SHEAR LOCALISATION AND ITS CONSEQUENCE ON TOOL WEAR IN HIGH SPEED MACHINING

摘要

(1) The flow stress decrease accompanying major microstructural softening events cause shear localisation in metal cutting. Dynamic recrystallisation and phase transformation are identified as major microstructural softening events occurring in the matrix that cause shear localisation. (2) A quantitative model to predict the onset of shear localised chip morphology is developed, which is rooted in Oxley's model for shear angle rotation to reach equilibrium shear angle. The occurrence of microstructural softening events before reaching the equilibrium shear angle is quantitatively analysed using the concept of critical strain for dynamic recrystallisation or phase transformation temperature. The model predictions on shear localised chip morphology due to dynamic recrystallisation are validated with the available flow stress data on 4340 steel. (3) The effect of lowering the phase transformation temperature in Fe-Ni-C model alloys by increasing the Ni content is shown to decrease the critical speed for the onset of shear localised chip morphology.
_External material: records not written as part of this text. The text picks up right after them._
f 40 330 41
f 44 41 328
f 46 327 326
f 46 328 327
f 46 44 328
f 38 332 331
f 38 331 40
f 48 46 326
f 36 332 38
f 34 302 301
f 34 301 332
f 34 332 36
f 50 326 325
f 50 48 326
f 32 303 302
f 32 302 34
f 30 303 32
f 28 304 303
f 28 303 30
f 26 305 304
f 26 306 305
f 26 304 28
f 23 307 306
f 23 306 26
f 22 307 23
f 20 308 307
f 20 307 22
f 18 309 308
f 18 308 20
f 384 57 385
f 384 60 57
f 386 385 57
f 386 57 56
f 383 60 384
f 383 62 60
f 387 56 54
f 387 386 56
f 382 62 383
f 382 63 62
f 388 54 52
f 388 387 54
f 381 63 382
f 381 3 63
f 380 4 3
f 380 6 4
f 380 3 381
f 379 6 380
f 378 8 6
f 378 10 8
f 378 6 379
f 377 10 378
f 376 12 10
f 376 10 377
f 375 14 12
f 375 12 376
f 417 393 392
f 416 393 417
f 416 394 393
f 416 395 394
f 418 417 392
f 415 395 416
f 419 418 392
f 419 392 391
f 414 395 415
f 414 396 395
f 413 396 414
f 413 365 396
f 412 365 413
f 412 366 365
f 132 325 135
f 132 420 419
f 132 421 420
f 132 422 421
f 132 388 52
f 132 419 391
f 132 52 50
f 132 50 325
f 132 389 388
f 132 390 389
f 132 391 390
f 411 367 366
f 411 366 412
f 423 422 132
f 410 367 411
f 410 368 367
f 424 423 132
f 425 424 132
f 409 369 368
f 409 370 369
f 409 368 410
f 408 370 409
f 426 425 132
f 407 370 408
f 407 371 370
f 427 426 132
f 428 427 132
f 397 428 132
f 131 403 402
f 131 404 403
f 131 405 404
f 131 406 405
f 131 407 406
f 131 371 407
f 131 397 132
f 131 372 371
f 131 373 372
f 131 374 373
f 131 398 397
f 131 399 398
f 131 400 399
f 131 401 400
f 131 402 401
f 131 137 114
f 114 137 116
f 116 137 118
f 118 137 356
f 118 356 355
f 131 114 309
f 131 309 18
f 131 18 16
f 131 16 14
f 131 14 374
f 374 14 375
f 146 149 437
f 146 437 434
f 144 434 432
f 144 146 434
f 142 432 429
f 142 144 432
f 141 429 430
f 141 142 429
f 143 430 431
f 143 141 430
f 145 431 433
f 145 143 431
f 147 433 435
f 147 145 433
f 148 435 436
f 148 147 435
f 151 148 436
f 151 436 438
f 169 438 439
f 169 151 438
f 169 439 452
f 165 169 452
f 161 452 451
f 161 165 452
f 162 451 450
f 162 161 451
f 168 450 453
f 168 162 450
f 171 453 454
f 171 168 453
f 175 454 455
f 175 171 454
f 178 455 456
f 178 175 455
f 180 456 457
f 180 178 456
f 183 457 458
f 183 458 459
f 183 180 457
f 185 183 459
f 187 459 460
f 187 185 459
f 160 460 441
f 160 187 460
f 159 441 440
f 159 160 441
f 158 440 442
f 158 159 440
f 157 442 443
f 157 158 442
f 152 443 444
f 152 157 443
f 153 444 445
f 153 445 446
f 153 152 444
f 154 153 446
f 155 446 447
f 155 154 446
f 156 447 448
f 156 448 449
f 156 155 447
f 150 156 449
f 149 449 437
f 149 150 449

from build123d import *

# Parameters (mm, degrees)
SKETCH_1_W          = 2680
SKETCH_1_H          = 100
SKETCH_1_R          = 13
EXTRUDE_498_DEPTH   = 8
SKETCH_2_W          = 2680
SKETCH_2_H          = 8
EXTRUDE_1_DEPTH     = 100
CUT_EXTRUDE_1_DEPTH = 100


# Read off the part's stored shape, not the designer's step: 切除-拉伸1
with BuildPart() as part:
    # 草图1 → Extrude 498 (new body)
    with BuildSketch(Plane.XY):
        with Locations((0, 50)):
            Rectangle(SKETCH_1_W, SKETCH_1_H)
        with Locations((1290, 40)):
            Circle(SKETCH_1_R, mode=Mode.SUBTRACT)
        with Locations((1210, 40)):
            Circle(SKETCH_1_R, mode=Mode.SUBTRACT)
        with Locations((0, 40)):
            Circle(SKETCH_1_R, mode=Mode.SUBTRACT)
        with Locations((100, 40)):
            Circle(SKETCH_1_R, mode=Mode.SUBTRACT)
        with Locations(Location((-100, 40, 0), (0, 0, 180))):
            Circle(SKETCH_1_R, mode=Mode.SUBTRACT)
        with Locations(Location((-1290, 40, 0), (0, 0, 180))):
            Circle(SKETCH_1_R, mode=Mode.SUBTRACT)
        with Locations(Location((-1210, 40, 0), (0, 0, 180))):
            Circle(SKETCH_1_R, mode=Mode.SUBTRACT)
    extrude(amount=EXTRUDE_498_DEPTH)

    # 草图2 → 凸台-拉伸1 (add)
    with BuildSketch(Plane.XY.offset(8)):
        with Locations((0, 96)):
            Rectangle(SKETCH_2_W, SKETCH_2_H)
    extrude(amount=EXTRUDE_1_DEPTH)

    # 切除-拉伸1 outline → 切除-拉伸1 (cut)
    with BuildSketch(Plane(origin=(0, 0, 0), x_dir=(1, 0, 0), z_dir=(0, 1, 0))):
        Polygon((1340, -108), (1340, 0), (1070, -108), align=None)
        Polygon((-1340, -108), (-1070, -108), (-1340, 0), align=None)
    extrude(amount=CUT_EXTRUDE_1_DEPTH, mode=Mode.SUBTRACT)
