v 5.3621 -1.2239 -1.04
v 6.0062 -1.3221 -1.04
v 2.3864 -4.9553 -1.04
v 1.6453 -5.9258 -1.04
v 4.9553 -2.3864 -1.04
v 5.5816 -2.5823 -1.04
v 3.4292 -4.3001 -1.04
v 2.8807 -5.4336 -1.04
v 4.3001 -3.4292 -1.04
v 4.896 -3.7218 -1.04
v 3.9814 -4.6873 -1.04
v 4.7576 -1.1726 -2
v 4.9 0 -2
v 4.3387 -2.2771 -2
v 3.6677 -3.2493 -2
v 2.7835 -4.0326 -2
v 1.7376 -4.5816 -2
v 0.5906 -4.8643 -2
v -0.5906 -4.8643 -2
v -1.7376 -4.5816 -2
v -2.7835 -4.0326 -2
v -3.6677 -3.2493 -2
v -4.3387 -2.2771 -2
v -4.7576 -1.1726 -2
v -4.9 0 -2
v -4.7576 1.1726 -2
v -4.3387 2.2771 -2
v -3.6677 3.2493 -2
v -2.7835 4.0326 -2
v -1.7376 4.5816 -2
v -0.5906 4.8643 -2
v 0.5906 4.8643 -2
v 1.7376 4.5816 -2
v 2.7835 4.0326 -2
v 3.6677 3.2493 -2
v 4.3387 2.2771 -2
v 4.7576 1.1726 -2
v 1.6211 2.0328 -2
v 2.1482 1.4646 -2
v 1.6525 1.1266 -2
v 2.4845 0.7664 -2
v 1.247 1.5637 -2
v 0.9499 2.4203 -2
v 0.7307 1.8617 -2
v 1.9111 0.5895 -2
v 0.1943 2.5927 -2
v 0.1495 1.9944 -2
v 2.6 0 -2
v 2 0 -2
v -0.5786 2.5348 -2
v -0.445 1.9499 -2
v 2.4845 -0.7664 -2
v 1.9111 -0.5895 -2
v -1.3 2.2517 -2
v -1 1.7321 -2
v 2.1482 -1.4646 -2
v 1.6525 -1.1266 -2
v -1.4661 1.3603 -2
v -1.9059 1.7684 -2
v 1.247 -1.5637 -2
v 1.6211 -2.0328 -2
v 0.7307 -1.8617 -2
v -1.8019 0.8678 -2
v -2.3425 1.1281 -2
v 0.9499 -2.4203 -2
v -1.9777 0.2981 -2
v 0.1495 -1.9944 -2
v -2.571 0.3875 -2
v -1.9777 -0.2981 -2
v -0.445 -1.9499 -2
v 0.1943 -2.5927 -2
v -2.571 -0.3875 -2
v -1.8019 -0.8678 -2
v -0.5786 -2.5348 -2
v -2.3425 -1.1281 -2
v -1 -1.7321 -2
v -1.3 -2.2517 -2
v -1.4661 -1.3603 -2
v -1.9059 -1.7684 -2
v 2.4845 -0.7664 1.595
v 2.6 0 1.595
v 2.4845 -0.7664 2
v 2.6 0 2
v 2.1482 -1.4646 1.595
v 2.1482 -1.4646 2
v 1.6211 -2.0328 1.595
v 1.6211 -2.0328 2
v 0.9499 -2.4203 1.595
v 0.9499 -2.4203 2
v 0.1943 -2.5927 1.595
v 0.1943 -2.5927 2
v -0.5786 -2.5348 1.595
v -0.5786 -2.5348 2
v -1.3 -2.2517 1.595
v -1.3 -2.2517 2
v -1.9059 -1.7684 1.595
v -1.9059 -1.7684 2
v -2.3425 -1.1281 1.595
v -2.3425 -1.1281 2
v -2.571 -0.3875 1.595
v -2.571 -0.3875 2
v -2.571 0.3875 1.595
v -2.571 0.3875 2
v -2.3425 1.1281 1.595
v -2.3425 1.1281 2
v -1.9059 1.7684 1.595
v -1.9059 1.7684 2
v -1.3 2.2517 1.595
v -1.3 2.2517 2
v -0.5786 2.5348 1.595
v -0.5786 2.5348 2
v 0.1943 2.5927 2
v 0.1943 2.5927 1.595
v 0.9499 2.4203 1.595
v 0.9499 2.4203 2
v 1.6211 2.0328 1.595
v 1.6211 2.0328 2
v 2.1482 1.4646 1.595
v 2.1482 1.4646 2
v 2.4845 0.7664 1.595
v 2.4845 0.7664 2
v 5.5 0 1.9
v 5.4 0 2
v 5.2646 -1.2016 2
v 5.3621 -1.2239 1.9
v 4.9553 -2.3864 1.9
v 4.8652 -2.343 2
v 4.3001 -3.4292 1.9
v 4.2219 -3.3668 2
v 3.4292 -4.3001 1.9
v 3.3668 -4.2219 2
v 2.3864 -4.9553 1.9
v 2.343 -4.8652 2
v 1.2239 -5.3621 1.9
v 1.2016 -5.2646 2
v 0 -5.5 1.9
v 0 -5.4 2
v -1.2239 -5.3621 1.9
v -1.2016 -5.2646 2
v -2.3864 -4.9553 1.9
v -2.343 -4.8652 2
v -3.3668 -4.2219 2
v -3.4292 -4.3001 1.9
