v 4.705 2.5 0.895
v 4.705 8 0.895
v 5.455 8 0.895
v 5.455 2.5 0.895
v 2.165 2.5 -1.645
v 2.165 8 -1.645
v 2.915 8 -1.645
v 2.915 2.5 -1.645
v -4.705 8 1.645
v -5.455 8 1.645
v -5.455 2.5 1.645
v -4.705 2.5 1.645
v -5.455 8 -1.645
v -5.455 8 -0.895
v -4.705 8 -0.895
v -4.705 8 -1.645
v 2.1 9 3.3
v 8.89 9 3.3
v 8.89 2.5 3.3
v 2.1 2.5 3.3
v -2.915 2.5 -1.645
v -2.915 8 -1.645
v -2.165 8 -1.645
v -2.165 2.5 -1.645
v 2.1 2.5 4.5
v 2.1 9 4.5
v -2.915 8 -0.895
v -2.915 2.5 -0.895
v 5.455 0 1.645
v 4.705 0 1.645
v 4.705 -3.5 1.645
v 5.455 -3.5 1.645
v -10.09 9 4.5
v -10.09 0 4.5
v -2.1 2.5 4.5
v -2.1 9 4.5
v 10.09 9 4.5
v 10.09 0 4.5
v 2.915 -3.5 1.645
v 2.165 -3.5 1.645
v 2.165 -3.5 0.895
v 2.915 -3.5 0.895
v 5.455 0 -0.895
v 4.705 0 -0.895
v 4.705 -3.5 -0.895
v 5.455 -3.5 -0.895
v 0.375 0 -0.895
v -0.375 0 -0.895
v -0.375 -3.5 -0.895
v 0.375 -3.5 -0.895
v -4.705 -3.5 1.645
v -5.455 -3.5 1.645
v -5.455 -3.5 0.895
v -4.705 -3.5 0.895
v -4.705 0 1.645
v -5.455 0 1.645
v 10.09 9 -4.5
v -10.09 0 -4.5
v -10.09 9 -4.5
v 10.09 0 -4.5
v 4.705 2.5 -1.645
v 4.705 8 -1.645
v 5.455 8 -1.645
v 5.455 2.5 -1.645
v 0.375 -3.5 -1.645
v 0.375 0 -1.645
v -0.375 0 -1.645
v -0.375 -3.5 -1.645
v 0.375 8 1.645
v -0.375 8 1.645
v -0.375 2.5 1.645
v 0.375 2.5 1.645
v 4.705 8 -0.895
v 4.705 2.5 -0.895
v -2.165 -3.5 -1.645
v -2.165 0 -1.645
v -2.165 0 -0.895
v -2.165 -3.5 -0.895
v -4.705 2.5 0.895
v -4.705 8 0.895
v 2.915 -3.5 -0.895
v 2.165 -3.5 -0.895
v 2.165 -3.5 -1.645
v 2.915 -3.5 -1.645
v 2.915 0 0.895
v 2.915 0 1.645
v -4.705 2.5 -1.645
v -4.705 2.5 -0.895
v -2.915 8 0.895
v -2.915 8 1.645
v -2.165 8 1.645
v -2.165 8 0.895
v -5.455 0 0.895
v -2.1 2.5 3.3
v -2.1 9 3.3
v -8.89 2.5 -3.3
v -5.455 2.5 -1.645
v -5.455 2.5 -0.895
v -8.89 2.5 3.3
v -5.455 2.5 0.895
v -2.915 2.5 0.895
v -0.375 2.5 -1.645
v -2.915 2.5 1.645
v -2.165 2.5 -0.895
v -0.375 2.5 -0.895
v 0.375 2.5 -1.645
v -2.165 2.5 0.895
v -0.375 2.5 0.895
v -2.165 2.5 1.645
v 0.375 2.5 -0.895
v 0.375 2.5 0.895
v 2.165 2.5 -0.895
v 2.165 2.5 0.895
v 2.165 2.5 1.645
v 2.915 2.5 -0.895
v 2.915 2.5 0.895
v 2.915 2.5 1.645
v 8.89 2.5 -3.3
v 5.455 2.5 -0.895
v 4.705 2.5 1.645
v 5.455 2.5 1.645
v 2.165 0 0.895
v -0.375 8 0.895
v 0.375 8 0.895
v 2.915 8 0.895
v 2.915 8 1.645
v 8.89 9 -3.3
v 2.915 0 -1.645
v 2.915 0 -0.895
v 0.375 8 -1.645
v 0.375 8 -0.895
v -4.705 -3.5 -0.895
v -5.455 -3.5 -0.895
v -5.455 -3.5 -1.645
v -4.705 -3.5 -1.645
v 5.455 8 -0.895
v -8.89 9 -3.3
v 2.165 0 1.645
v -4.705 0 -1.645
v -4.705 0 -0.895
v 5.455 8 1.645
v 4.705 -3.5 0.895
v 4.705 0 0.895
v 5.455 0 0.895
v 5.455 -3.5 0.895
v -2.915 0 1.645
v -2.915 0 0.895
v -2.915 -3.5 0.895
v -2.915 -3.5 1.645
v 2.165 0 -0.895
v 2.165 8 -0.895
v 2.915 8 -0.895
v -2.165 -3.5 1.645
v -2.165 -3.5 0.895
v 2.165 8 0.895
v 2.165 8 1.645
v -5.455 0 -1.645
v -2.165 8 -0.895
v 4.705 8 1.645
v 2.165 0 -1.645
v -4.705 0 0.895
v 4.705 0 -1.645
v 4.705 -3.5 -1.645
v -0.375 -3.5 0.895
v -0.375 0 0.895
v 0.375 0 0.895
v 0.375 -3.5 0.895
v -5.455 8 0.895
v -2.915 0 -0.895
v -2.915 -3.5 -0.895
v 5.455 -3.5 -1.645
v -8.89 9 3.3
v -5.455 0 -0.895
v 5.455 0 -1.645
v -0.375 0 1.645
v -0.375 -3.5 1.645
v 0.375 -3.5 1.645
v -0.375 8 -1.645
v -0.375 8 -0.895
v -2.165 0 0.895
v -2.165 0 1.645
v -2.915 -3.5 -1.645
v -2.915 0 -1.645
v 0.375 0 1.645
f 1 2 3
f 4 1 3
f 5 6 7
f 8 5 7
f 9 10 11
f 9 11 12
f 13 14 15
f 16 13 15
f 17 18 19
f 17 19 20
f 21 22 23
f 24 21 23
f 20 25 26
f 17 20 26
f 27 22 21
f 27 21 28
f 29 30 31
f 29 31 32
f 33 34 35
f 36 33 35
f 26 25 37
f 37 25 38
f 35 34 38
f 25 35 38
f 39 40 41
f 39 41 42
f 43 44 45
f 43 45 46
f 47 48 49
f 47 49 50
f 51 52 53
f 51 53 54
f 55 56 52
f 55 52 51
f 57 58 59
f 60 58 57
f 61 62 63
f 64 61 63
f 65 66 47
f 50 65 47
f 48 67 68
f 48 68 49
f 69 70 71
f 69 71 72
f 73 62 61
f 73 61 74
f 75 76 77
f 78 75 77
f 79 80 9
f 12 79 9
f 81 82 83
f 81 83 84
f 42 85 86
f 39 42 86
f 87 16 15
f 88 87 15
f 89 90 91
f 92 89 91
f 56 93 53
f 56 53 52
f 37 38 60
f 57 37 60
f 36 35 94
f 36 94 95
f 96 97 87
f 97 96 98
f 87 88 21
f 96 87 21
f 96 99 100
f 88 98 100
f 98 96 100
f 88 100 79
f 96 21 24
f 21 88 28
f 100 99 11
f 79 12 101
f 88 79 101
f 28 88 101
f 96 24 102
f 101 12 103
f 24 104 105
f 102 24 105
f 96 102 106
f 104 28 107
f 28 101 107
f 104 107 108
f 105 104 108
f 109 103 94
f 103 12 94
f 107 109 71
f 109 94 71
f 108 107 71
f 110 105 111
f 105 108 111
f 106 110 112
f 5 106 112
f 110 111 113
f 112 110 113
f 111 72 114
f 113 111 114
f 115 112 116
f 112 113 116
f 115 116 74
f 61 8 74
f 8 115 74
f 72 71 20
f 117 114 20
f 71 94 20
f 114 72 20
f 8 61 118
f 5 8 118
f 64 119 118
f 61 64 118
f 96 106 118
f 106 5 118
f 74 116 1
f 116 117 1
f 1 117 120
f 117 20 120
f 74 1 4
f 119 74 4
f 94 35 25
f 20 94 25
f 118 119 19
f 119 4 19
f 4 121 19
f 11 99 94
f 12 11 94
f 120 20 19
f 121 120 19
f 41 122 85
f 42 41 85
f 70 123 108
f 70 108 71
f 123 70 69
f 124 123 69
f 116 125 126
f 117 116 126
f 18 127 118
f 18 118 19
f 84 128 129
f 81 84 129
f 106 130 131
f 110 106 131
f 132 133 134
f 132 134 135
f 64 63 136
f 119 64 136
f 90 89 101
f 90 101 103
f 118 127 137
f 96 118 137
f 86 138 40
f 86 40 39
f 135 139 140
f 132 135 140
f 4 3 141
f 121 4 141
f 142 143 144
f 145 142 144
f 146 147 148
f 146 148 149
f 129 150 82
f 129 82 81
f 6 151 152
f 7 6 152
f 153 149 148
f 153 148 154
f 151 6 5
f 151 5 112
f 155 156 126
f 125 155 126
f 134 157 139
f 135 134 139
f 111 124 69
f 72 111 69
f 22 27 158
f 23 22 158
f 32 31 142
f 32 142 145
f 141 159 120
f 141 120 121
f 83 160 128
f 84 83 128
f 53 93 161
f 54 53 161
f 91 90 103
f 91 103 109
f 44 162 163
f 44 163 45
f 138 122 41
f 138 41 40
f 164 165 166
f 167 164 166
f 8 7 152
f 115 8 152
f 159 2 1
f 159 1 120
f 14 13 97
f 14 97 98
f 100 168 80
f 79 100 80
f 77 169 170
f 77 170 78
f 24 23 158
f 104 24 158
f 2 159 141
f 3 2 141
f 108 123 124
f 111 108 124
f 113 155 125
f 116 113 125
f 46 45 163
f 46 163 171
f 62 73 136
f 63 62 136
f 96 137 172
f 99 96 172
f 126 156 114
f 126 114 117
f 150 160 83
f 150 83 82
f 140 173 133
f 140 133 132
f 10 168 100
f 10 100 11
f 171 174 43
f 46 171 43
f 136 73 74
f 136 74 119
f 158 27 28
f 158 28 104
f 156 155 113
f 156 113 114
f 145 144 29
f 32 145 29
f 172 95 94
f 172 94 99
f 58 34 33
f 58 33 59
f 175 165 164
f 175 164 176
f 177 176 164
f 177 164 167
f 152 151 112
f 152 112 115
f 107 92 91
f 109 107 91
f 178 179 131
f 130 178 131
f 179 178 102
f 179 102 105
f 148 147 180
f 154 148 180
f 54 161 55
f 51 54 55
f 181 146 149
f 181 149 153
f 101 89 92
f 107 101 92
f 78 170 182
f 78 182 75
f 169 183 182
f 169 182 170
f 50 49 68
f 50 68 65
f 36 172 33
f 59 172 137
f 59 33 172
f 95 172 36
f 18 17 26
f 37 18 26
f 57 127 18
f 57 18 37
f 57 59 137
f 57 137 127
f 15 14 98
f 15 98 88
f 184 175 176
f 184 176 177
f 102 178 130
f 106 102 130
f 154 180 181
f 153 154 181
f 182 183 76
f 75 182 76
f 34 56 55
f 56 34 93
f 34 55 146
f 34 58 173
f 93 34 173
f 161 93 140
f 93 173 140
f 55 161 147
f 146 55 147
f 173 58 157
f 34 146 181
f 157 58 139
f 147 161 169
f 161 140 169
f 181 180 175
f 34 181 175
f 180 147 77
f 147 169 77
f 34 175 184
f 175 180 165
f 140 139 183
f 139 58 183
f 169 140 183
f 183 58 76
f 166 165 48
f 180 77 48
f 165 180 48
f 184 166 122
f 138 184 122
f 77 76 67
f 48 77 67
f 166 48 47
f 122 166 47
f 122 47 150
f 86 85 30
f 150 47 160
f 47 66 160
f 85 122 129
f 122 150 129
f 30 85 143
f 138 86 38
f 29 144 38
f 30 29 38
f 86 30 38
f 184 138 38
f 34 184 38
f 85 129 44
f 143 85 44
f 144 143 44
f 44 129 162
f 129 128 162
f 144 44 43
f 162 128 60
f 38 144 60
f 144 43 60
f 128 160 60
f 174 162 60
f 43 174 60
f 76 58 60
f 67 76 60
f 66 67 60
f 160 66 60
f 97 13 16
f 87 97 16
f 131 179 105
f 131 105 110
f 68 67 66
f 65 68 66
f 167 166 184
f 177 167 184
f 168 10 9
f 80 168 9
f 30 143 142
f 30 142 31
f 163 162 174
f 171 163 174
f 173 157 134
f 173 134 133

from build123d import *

# Parameters (mm, degrees)
SKETCH_1_W           = 20.18
SKETCH_1_H           = 9
EXTRUDE_1_DEPTH      = 9
SKETCH_2_W           = 17.78
SKETCH_2_H           = 6.6
CUT_EXTRUDE_1_DEPTH  = 6.5
SKETCH_3_W           = 4.2
SKETCH_3_H           = 6.5
CUT_EXTRUDE_2_DEPTH  = 6.5
EXTRUDE_2_DEPTH      = 3.5
EXTRUDE_2_DEPTH_BACK = 8
SKETCH_5_W           = 0.75
SKETCH_5_H           = 0.75


with BuildPart() as part:
    # 草图1 → 拉伸1 (new body)
    with BuildSketch(Plane(origin=(0, 0, 0), x_dir=(1, 0, 0), z_dir=(0, 1, 0))):
        Rectangle(SKETCH_1_W, SKETCH_1_H)
    extrude(amount=EXTRUDE_1_DEPTH)

    # 草图2 → 切除-拉伸1 (cut)
    with BuildSketch(Plane(origin=(0, 9, 0), x_dir=(-1, 0, 0), z_dir=(0, 1, 0))):
        Rectangle(SKETCH_2_W, SKETCH_2_H)
    extrude(amount=-CUT_EXTRUDE_1_DEPTH, mode=Mode.SUBTRACT)

    # 草图3 → 切除-拉伸2 (cut)
    with BuildSketch(Plane.XY.offset(4.5)):
        with Locations((0, 5.75)):
            Rectangle(SKETCH_3_W, SKETCH_3_H)
    extrude(amount=-CUT_EXTRUDE_2_DEPTH, mode=Mode.SUBTRACT)

    # 草图5 → 拉伸2 (add, two sides: drawn at the far end of the back side and taken through both)
    with BuildSketch(Plane.XZ.offset(-EXTRUDE_2_DEPTH_BACK)):
        with Locations((0, 1.27)):
            Rectangle(SKETCH_5_W, SKETCH_5_H)
        with Locations((2.54, 1.27)):
            Rectangle(SKETCH_5_W, SKETCH_5_H)
        with Locations((5.08, 1.27)):
            Rectangle(SKETCH_5_W, SKETCH_5_H)
        with Locations((-2.54, 1.27)):
            Rectangle(SKETCH_5_W, SKETCH_5_H)
        with Locations((-5.08, 1.27)):
            Rectangle(SKETCH_5_W, SKETCH_5_H)
        with Locations((-5.08, -1.27)):
            Rectangle(SKETCH_5_W, SKETCH_5_H)
        with Locations((-2.54, -1.27)):
            Rectangle(SKETCH_5_W, SKETCH_5_H)
        with Locations((5.08, -1.27)):
            Rectangle(SKETCH_5_W, SKETCH_5_H)
        with Locations((2.54, -1.27)):
            Rectangle(SKETCH_5_W, SKETCH_5_H)
        with Locations((0, -1.27)):
            Rectangle(SKETCH_5_W, SKETCH_5_H)
    extrude(amount=EXTRUDE_2_DEPTH + EXTRUDE_2_DEPTH_BACK)


solid = part.part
This is consistent with the model predictions. (4) The consequence of shear localisation in the secondary shear zone is to cause chemical crater wear. The consequence of shear localisation in the primary shear zone is to cause chemical wear localised at the cutting edge of the tool. (5) By lubricating the tool-chip interface through glassy oxide inclusions engineered into the steel, the tribology of seizure can be prevented. By preventing the shear localisation in the secondary shear zone, it is shown that shear localisation in the primary shear zone can be suppressed. Thus, inclusion engineering offers a viable strategy to prevent chemical tool wear caused by shear localisation in the secondary and primary shear zones. This is the basis for the design and development of self-lubricating steel.